• Task description
Could you set down exactly the lines of the data below, starting at the one that holds "#21=ORIENTED_EDGE('',*,*,#20,.T.);" and ending at the one that holds "#50=ORIENTED_EDGE('',*,*,#32,.T.);", both included, and only those?

• The data
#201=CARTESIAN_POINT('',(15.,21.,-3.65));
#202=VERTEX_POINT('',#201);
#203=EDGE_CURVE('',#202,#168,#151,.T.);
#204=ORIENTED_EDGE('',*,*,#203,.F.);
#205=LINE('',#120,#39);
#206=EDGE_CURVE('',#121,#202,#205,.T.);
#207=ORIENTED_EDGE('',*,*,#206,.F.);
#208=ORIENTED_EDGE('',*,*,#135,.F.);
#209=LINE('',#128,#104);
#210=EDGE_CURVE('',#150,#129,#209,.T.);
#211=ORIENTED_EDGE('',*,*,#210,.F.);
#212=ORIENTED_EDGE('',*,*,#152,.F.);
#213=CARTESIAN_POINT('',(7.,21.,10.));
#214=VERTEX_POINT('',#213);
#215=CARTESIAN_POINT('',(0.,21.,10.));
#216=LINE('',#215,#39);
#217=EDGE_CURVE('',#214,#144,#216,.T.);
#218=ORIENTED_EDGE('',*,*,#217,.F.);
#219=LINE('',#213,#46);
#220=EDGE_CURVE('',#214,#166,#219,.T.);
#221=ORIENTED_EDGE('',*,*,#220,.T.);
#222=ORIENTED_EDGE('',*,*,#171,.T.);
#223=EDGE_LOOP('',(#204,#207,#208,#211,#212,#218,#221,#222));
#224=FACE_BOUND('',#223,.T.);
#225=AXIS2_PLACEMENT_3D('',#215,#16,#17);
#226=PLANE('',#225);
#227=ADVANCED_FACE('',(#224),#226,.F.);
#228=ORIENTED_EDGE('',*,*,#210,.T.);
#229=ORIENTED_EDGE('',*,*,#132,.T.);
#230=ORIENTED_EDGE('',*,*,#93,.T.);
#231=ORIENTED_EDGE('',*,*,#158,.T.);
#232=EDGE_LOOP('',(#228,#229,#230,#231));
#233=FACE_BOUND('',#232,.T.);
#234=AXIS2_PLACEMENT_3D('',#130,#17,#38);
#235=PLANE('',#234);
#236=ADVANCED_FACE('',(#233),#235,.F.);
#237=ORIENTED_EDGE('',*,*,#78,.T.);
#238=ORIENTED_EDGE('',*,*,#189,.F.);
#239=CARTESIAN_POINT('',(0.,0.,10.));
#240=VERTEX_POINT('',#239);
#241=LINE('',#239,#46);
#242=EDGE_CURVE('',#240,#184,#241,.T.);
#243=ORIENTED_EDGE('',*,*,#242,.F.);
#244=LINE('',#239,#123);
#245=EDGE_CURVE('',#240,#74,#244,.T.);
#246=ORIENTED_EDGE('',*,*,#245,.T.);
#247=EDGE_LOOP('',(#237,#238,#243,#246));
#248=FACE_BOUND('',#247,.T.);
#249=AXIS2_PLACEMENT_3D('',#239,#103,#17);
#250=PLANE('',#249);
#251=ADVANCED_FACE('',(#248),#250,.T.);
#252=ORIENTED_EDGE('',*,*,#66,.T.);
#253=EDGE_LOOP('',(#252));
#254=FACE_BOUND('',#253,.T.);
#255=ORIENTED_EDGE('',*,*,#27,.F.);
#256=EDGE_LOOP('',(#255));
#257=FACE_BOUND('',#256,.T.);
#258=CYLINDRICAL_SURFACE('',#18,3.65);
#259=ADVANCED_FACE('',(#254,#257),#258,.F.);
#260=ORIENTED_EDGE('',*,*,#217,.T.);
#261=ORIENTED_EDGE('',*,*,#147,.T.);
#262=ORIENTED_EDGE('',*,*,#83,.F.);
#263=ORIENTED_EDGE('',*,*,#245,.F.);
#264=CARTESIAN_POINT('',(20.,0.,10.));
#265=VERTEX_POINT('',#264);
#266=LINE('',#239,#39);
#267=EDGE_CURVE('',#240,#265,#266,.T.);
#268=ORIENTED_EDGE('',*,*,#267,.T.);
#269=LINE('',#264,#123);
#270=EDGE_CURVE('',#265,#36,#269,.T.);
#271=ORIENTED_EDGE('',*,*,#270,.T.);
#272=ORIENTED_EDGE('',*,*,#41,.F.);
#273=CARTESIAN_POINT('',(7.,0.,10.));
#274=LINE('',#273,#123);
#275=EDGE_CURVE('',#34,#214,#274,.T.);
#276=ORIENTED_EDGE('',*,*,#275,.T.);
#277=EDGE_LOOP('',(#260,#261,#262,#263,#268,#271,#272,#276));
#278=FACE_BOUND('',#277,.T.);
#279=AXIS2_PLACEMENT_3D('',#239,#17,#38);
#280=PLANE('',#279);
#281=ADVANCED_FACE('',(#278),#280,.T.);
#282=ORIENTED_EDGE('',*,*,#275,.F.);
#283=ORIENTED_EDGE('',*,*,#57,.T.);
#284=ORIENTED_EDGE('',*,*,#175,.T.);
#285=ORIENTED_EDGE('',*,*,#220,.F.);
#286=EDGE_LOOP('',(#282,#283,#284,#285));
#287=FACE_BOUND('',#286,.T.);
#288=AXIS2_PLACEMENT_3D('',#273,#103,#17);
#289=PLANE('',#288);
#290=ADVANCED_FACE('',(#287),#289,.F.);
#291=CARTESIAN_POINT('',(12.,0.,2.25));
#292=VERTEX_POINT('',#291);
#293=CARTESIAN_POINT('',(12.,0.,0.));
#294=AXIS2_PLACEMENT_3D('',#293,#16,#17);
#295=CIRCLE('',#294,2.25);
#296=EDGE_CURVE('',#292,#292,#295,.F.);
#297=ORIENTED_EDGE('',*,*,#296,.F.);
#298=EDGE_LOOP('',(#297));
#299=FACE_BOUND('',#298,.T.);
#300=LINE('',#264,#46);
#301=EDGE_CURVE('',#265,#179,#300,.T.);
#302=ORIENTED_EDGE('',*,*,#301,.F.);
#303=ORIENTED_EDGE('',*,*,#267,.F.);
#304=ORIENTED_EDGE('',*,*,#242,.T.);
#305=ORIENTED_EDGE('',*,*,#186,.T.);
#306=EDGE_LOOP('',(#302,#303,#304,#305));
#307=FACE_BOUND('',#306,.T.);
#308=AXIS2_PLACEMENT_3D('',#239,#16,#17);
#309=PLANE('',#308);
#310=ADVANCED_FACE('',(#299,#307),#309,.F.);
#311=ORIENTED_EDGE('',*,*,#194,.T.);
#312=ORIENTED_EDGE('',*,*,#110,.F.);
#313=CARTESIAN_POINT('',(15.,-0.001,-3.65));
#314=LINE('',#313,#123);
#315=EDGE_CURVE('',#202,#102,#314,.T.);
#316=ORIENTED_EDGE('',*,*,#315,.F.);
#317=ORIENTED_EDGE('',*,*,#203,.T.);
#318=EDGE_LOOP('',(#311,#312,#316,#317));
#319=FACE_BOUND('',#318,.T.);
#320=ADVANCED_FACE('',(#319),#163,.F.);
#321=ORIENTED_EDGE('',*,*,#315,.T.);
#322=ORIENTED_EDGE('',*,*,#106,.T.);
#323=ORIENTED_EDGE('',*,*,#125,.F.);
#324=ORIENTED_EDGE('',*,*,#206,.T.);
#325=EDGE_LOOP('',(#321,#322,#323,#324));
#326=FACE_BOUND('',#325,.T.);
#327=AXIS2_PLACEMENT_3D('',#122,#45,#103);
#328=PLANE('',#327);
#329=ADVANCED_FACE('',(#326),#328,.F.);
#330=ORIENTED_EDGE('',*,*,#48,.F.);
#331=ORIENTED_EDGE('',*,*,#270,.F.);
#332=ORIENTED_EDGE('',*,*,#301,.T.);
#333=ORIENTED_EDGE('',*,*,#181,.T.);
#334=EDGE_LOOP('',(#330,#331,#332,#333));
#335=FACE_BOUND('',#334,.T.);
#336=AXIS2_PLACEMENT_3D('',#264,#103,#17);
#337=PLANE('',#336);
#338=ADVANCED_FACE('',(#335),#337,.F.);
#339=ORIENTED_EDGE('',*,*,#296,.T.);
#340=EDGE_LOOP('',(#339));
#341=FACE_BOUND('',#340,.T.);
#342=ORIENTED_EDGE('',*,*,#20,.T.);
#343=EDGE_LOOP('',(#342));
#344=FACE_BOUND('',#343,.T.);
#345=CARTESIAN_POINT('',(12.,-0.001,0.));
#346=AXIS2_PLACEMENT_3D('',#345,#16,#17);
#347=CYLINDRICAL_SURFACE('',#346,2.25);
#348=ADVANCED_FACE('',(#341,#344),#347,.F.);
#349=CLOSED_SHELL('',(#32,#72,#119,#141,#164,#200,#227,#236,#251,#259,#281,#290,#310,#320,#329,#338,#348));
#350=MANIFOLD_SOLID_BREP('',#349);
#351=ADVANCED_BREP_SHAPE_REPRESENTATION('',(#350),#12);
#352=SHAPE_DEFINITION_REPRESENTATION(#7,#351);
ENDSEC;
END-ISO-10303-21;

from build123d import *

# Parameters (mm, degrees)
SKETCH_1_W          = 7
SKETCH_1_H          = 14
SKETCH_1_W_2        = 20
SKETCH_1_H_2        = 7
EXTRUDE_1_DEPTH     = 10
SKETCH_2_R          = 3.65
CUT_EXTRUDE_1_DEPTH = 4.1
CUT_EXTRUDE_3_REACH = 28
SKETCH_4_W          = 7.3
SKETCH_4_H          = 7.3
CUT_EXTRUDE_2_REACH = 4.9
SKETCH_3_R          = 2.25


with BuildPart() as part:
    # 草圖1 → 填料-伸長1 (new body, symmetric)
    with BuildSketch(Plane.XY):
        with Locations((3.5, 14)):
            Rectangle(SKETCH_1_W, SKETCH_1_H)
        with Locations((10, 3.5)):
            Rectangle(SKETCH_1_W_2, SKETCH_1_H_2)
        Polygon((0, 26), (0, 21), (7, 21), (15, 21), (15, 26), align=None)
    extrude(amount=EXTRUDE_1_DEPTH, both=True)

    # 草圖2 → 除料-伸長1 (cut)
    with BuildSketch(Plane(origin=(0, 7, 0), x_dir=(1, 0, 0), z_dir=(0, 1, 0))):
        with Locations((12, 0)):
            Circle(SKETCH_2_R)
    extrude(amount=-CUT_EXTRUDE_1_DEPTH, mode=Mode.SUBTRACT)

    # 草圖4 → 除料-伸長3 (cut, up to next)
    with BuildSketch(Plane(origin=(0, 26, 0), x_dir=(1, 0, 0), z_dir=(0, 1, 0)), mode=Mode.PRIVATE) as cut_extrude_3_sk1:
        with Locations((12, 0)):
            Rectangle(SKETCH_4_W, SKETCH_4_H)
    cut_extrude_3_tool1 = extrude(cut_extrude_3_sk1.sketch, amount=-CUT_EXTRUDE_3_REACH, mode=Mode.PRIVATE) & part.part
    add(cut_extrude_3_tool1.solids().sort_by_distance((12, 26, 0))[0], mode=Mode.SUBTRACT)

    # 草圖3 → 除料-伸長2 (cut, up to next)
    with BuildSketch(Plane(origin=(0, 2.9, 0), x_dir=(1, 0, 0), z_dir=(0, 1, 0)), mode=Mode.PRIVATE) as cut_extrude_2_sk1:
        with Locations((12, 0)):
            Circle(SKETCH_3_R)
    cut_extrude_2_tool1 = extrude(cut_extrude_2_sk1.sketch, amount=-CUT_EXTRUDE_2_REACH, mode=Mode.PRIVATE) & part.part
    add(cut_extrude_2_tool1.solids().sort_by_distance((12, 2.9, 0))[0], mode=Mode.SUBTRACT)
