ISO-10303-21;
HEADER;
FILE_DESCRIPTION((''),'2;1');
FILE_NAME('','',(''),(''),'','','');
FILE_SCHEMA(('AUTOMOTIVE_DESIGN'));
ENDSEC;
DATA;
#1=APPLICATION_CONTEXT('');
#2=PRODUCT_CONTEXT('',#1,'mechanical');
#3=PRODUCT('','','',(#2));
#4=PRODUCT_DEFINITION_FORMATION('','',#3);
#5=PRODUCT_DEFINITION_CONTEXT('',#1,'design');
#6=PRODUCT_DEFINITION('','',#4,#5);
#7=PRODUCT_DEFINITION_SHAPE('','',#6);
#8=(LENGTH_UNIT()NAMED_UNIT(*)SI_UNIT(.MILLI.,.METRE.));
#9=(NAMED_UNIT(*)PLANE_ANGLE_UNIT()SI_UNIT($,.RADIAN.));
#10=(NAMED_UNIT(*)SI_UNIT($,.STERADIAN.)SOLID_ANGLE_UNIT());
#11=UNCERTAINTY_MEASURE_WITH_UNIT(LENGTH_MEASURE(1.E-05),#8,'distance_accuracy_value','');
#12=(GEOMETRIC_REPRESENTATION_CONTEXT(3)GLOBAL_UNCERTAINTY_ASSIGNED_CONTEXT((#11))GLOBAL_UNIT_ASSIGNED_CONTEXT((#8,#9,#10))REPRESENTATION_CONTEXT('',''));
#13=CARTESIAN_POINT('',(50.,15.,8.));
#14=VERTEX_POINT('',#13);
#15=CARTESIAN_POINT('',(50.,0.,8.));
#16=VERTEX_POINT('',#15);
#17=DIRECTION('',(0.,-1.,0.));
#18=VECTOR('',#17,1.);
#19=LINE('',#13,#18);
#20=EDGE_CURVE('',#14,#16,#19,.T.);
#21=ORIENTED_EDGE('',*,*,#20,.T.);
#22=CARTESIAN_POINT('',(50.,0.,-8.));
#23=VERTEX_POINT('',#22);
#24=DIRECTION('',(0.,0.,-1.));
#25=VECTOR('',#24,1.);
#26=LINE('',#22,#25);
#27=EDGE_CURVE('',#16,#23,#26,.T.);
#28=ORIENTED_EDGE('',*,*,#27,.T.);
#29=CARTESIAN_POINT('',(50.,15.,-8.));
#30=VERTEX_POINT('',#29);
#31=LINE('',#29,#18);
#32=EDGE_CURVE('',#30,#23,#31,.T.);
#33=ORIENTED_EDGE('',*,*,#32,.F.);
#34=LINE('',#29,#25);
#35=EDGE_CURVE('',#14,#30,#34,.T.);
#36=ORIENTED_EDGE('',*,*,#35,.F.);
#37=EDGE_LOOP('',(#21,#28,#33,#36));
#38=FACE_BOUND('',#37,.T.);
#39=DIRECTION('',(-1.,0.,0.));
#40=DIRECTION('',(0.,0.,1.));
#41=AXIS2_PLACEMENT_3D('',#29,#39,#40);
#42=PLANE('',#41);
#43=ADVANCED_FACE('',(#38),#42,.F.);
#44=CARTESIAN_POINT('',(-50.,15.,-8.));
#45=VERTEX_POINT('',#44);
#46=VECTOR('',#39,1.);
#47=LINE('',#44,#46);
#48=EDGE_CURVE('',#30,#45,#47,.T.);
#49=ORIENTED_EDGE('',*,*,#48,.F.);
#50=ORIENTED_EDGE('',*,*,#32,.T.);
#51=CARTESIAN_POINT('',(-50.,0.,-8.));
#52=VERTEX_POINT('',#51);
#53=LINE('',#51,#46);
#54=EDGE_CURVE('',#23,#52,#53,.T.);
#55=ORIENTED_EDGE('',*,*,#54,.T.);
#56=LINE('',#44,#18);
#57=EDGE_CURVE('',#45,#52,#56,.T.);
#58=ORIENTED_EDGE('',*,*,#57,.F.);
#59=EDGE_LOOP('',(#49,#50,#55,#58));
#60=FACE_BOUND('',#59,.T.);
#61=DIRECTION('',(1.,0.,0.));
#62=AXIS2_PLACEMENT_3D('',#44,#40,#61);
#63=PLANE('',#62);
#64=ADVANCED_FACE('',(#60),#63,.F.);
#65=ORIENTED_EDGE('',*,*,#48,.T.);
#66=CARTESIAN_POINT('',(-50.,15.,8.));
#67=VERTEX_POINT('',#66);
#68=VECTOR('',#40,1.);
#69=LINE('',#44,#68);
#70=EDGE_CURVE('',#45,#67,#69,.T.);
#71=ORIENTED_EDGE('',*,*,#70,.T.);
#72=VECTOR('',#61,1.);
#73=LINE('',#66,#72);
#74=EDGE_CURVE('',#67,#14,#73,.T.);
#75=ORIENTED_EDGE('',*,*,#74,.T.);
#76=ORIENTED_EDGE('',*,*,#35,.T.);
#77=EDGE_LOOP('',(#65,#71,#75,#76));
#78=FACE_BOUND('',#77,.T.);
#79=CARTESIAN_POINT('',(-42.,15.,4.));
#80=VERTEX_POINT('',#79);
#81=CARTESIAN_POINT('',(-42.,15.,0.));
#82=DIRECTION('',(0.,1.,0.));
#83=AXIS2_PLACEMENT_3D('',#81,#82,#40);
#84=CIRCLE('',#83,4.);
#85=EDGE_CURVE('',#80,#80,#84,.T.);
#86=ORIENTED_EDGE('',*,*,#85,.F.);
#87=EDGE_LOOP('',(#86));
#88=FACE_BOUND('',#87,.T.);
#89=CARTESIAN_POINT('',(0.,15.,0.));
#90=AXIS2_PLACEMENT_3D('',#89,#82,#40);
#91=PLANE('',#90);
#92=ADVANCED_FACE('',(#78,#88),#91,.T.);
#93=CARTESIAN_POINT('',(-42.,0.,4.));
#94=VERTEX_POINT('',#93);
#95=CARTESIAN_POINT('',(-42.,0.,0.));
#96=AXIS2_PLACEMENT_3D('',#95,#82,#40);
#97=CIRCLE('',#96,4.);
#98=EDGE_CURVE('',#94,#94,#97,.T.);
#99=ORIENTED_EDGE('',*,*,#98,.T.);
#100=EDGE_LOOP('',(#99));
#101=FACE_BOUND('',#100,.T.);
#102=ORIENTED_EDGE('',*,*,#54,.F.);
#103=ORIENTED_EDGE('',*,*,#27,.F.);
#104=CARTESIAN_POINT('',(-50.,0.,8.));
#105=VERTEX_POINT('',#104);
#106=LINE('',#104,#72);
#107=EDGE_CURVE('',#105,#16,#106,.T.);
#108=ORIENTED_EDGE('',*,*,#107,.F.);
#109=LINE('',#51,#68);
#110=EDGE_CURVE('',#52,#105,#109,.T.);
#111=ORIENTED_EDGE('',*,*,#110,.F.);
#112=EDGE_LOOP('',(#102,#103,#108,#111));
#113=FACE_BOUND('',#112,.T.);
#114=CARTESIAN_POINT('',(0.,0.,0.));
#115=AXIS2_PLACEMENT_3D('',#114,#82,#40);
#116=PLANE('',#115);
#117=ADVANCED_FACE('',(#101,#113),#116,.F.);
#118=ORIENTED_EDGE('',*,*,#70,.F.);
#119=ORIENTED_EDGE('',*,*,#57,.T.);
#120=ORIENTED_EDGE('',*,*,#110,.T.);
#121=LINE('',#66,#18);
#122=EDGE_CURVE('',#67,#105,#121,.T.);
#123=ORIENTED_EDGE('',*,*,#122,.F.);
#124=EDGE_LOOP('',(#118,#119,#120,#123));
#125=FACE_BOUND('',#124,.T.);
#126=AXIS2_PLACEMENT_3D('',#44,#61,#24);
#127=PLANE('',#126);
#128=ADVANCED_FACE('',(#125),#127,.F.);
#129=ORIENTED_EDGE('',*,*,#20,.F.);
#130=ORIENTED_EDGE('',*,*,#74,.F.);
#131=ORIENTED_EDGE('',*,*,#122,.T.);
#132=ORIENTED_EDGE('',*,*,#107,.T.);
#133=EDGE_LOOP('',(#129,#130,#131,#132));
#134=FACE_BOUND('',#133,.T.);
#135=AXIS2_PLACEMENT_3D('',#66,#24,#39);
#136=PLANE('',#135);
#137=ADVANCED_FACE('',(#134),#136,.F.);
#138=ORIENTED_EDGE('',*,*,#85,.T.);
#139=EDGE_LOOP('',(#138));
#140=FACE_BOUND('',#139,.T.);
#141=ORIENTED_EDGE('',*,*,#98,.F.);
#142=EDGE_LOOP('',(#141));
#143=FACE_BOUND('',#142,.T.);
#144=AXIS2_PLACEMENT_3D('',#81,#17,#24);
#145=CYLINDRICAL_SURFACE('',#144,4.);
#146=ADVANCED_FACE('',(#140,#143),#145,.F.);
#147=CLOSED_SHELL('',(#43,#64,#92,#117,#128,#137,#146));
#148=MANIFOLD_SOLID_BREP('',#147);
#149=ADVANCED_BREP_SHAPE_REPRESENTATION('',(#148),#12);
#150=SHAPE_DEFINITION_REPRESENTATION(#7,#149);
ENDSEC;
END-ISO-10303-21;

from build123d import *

# Parameters (mm, degrees)
ESBO_O1_W                = 100
ESBO_O1_H                = 16
ESBO_O1_R                = 4
RESSALTO_EXTRUS_O1_DEPTH = 15


with BuildPart() as part:
    # Esboço1 → Ressalto-extrusão1 (new body)
    with BuildSketch(Plane(origin=(0, 0, 0), x_dir=(1, 0, 0), z_dir=(0, 1, 0))):
        Rectangle(ESBO_O1_W, ESBO_O1_H)
        with Locations(Location((-42, 0, 0), (0, 0, 270))):
            Circle(ESBO_O1_R, mode=Mode.SUBTRACT)
    extrude(amount=RESSALTO_EXTRUS_O1_DEPTH)


solid = part.part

• Task solution
#21=ORIENTED_EDGE('',*,*,#20,.T.);
#22=CARTESIAN_POINT('',(50.,0.,-8.));
#23=VERTEX_POINT('',#22);
#24=DIRECTION('',(0.,0.,-1.));
#25=VECTOR('',#24,1.);
#26=LINE('',#22,#25);
#27=EDGE_CURVE('',#16,#23,#26,.T.);
#28=ORIENTED_EDGE('',*,*,#27,.T.);
#29=CARTESIAN_POINT('',(50.,15.,-8.));
#30=VERTEX_POINT('',#29);
#31=LINE('',#29,#18);
#32=EDGE_CURVE('',#30,#23,#31,.T.);
#33=ORIENTED_EDGE('',*,*,#32,.F.);
#34=LINE('',#29,#25);
#35=EDGE_CURVE('',#14,#30,#34,.T.);
#36=ORIENTED_EDGE('',*,*,#35,.F.);
#37=EDGE_LOOP('',(#21,#28,#33,#36));
#38=FACE_BOUND('',#37,.T.);
#39=DIRECTION('',(-1.,0.,0.));
#40=DIRECTION('',(0.,0.,1.));
#41=AXIS2_PLACEMENT_3D('',#29,#39,#40);
#42=PLANE('',#41);
#43=ADVANCED_FACE('',(#38),#42,.F.);
#44=CARTESIAN_POINT('',(-50.,15.,-8.));
#45=VERTEX_POINT('',#44);
#46=VECTOR('',#39,1.);
#47=LINE('',#44,#46);
#48=EDGE_CURVE('',#30,#45,#47,.T.);
#49=ORIENTED_EDGE('',*,*,#48,.F.);
#50=ORIENTED_EDGE('',*,*,#32,.T.);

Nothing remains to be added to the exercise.